- What you will do
After reading the entries below, copy word for word the lines from the first through the line containing "v -34.925 -63.5 -9.525", and stop there.

- Available data
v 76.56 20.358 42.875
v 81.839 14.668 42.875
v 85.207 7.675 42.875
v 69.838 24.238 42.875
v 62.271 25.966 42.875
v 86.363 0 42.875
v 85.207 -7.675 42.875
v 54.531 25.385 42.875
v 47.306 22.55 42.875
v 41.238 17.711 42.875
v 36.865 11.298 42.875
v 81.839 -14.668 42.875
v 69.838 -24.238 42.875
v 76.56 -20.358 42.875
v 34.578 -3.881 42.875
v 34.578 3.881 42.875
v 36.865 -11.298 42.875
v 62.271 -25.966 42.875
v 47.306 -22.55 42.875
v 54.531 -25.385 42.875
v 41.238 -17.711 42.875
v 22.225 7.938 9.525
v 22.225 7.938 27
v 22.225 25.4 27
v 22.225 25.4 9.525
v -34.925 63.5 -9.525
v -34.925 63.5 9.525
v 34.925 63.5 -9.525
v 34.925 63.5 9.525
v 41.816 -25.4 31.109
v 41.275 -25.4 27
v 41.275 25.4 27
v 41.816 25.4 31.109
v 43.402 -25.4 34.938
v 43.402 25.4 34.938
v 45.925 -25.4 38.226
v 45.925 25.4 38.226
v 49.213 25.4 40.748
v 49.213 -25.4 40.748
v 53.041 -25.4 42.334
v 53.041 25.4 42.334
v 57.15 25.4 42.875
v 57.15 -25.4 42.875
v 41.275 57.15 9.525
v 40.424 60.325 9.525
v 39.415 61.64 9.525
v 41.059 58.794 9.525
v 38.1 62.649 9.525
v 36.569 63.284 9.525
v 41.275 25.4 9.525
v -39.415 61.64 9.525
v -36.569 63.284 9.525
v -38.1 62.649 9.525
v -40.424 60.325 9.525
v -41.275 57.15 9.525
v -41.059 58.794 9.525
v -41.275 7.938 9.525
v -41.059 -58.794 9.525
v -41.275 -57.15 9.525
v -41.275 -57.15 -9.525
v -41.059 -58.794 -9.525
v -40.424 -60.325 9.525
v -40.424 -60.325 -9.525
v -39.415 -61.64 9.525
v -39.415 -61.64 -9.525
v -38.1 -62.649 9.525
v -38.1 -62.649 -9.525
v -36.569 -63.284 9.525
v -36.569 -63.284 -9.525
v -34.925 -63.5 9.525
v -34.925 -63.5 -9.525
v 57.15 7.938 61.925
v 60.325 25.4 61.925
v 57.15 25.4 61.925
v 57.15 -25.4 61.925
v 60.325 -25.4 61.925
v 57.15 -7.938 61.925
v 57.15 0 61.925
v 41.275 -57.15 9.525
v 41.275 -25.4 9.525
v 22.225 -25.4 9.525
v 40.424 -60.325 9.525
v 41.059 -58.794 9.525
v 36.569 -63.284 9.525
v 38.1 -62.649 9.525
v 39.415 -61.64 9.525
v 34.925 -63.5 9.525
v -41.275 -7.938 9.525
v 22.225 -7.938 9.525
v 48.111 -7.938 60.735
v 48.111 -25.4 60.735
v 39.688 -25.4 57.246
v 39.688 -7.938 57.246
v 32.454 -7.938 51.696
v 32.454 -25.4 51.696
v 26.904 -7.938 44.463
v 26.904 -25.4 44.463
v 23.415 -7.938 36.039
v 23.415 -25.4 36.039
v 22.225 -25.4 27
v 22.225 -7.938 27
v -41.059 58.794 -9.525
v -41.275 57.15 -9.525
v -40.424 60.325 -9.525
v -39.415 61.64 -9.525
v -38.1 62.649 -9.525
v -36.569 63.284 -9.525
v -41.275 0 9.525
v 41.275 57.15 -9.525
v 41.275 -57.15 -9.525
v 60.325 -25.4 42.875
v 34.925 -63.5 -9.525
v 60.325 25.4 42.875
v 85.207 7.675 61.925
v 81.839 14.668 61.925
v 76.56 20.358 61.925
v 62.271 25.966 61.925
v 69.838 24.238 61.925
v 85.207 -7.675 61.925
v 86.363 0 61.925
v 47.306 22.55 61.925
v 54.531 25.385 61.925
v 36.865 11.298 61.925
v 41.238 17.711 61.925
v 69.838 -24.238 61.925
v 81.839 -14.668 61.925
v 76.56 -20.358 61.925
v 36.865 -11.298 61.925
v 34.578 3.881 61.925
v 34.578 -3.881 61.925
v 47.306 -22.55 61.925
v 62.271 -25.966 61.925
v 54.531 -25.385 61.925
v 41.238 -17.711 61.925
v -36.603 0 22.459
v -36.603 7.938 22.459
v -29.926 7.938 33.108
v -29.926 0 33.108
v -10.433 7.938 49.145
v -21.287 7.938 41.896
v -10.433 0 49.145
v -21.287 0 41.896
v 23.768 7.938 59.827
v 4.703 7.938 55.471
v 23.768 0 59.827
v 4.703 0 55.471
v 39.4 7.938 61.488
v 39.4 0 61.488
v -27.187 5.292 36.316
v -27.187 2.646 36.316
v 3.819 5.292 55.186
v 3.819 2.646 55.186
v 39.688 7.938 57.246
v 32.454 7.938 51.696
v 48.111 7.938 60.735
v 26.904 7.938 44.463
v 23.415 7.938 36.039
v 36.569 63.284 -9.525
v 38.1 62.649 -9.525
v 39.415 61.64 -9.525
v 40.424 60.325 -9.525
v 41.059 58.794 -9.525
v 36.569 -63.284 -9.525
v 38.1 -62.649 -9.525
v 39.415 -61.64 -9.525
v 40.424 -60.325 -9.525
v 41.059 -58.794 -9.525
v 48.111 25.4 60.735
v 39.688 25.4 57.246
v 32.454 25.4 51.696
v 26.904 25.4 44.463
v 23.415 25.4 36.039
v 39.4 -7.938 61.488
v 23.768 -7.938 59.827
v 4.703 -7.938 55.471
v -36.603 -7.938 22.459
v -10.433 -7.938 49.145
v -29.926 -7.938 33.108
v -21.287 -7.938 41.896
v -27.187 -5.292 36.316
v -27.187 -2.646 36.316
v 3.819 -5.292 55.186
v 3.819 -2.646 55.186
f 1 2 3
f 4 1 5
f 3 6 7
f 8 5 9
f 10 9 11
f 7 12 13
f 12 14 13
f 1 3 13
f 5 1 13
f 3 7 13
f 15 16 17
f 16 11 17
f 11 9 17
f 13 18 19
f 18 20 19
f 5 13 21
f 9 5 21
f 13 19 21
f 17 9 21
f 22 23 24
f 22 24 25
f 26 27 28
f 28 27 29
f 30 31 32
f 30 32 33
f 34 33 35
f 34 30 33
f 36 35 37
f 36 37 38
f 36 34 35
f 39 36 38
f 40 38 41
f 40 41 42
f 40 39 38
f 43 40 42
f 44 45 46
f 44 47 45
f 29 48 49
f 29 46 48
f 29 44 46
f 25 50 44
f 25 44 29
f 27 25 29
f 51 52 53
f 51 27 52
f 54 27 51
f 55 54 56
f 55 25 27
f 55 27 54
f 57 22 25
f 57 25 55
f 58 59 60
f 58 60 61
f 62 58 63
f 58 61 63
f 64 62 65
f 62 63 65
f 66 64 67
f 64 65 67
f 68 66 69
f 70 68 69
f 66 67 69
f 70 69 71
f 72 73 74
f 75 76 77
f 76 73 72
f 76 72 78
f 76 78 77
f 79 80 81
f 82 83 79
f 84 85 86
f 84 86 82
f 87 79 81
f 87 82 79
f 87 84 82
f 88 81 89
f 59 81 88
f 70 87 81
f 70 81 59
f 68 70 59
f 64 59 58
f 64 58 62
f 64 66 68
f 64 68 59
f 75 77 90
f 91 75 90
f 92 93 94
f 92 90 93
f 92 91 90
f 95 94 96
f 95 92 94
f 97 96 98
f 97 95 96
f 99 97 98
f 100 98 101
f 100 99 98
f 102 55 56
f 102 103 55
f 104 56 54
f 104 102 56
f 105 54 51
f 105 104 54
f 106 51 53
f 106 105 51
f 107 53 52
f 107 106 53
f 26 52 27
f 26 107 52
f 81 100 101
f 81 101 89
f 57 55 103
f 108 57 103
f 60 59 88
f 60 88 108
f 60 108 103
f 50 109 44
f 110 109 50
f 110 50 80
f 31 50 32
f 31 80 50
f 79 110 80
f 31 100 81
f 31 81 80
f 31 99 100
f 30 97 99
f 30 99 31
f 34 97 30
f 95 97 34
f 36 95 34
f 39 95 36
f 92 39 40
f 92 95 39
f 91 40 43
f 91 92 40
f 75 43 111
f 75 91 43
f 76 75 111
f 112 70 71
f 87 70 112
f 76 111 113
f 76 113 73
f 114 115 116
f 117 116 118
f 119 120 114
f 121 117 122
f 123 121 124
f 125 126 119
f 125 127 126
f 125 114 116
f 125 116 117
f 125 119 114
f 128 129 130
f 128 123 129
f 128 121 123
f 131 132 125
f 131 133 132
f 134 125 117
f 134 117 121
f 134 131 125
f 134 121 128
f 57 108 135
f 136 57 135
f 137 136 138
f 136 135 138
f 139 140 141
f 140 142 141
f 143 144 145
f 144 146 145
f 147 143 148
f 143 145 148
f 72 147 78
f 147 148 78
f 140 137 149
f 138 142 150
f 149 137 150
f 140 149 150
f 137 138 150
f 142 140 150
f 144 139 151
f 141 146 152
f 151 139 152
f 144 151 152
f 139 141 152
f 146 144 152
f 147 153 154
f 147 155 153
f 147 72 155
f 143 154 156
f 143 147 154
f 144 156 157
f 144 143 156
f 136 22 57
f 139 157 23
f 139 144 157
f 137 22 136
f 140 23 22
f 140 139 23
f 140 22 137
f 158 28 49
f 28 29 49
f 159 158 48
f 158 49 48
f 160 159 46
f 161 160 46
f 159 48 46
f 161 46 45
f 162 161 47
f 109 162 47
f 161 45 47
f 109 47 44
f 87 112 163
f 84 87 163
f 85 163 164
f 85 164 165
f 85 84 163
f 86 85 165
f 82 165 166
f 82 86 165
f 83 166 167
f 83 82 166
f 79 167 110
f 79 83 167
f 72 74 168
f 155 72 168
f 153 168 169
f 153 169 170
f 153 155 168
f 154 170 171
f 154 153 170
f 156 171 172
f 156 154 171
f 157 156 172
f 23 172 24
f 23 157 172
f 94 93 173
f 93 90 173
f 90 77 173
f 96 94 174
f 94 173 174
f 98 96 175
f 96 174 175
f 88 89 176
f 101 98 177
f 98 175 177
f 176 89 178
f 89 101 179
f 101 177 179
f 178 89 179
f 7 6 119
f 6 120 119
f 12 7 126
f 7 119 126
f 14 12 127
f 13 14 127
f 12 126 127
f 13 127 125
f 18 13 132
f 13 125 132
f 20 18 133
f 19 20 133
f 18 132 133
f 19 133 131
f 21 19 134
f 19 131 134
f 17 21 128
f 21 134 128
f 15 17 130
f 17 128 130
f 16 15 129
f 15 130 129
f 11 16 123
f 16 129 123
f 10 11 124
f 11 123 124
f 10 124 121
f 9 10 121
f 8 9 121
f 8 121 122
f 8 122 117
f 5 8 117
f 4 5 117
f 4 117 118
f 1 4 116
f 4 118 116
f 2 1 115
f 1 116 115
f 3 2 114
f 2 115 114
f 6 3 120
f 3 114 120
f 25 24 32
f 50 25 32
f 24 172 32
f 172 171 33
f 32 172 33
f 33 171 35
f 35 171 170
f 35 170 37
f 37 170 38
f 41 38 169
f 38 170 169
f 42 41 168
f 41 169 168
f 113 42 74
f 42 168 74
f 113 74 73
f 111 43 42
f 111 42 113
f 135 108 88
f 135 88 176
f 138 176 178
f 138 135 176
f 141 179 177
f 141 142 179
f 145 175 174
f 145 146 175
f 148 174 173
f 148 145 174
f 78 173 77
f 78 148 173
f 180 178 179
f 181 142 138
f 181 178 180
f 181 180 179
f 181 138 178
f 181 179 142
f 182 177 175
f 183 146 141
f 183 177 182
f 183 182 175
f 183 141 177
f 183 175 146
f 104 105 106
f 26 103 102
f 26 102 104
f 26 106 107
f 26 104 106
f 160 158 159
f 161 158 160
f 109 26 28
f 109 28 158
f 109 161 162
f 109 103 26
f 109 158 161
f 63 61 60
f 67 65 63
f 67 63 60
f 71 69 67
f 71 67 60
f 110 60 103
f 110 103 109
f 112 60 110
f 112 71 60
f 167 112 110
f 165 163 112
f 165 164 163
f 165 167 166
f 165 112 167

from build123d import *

# Parameters (mm, degrees)
F1_DEPTH = 63.5
F2_DEPTH = 25.4
F3_DEPTH = 7.9375
F0_W     = 26.0383098787
F0_H     = 19.05
F5_R     = 6.35


with BuildPart() as f1:
    # F0 (on Front) → F1 (new body, symmetric)
    with BuildSketch(Plane.XZ):
        Polygon((22.225, 9.525), (-41.275, 9.525), (-41.275, -9.525), (41.275, -9.525), (41.275, 9.525), align=None)
    extrude(amount=F1_DEPTH, both=True)

    # F0 (on Front) → F2 (join, symmetric)
    with BuildSketch(Plane.XZ):
        with BuildLine():
            Line((22.225, 27.0002), (22.225, 9.525))
            Line((22.225, 9.525), (41.275, 9.525))
            Line((41.275, 9.525), (41.275, 27.0002))
            ThreePointArc((41.275, 27.0002), (45.9246798487, 38.2255201513), (57.15, 42.8752))
            Line((57.15, 42.8752), (60.325, 42.8752))
            Line((60.325, 42.8752), (60.325, 61.9252))
            Line((60.325, 61.9252), (57.15, 61.9252))
            ThreePointArc((57.15, 61.9252), (32.4542956671, 51.6959043329), (22.225, 27.0002))
        make_face()
    extrude(amount=F2_DEPTH, both=True)

    # F0 (on Front) → F3 (join, symmetric)
    with BuildSketch(Plane.XZ):
        with BuildLine():
            add(Edge.make_bspline(
                [(-41.275, 9.525), (-33.8429920375, 38.8737134635), (-9.1467518359, 62.6552775502), (57.15, 61.9252)],
                knots=[0, 0, 0, 0, 111.5045361635, 111.5045361635, 111.5045361635, 111.5045361635], degree=3))
            Line((-41.275, 9.525), (22.225, 9.525))
            Line((22.225, 9.525), (22.225, 27.0002))
            ThreePointArc((22.225, 27.0002), (32.4542956671, 51.6959043329), (57.15, 61.9252))
        make_face()
    extrude(amount=F3_DEPTH, both=True)

    # F5
    f5_edges = [f1.edges().sort_by_distance(p)[0] for p in [
        (-41.275, -63.5, 0),
        (41.275, -63.5, 0),
        (41.275, 63.5, 0),
        (-41.275, 63.5, 0),
    ]]
    fillet(f5_edges, radius=F5_R)


with BuildPart() as f4:
    # F0 (on Front) → F4 (revolve)
    with BuildSketch(Plane.XZ):
        with Locations((73.3441549394, 52.4002)):
            Rectangle(F0_W, F0_H)
    revolve(axis=Axis((60.325, 0, 52.3875), (0, 0, -1)))


solid = Compound([f1.part, f4.part])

- Answer for this exercise
v 76.56 20.358 42.875
v 81.839 14.668 42.875
v 85.207 7.675 42.875
v 69.838 24.238 42.875
v 62.271 25.966 42.875
v 86.363 0 42.875
v 85.207 -7.675 42.875
v 54.531 25.385 42.875
v 47.306 22.55 42.875
v 41.238 17.711 42.875
v 36.865 11.298 42.875
v 81.839 -14.668 42.875
v 69.838 -24.238 42.875
v 76.56 -20.358 42.875
v 34.578 -3.881 42.875
v 34.578 3.881 42.875
v 36.865 -11.298 42.875
v 62.271 -25.966 42.875
v 47.306 -22.55 42.875
v 54.531 -25.385 42.875
v 41.238 -17.711 42.875
v 22.225 7.938 9.525
v 22.225 7.938 27
v 22.225 25.4 27
v 22.225 25.4 9.525
v -34.925 63.5 -9.525
v -34.925 63.5 9.525
v 34.925 63.5 -9.525
v 34.925 63.5 9.525
v 41.816 -25.4 31.109
v 41.275 -25.4 27
v 41.275 25.4 27
v 41.816 25.4 31.109
v 43.402 -25.4 34.938
v 43.402 25.4 34.938
v 45.925 -25.4 38.226
v 45.925 25.4 38.226
v 49.213 25.4 40.748
v 49.213 -25.4 40.748
v 53.041 -25.4 42.334
v 53.041 25.4 42.334
v 57.15 25.4 42.875
v 57.15 -25.4 42.875
v 41.275 57.15 9.525
v 40.424 60.325 9.525
v 39.415 61.64 9.525
v 41.059 58.794 9.525
v 38.1 62.649 9.525
v 36.569 63.284 9.525
v 41.275 25.4 9.525
v -39.415 61.64 9.525
v -36.569 63.284 9.525
v -38.1 62.649 9.525
v -40.424 60.325 9.525
v -41.275 57.15 9.525
v -41.059 58.794 9.525
v -41.275 7.938 9.525
v -41.059 -58.794 9.525
v -41.275 -57.15 9.525
v -41.275 -57.15 -9.525
v -41.059 -58.794 -9.525
v -40.424 -60.325 9.525
v -40.424 -60.325 -9.525
v -39.415 -61.64 9.525
v -39.415 -61.64 -9.525
v -38.1 -62.649 9.525
v -38.1 -62.649 -9.525
v -36.569 -63.284 9.525
v -36.569 -63.284 -9.525
v -34.925 -63.5 9.525
v -34.925 -63.5 -9.525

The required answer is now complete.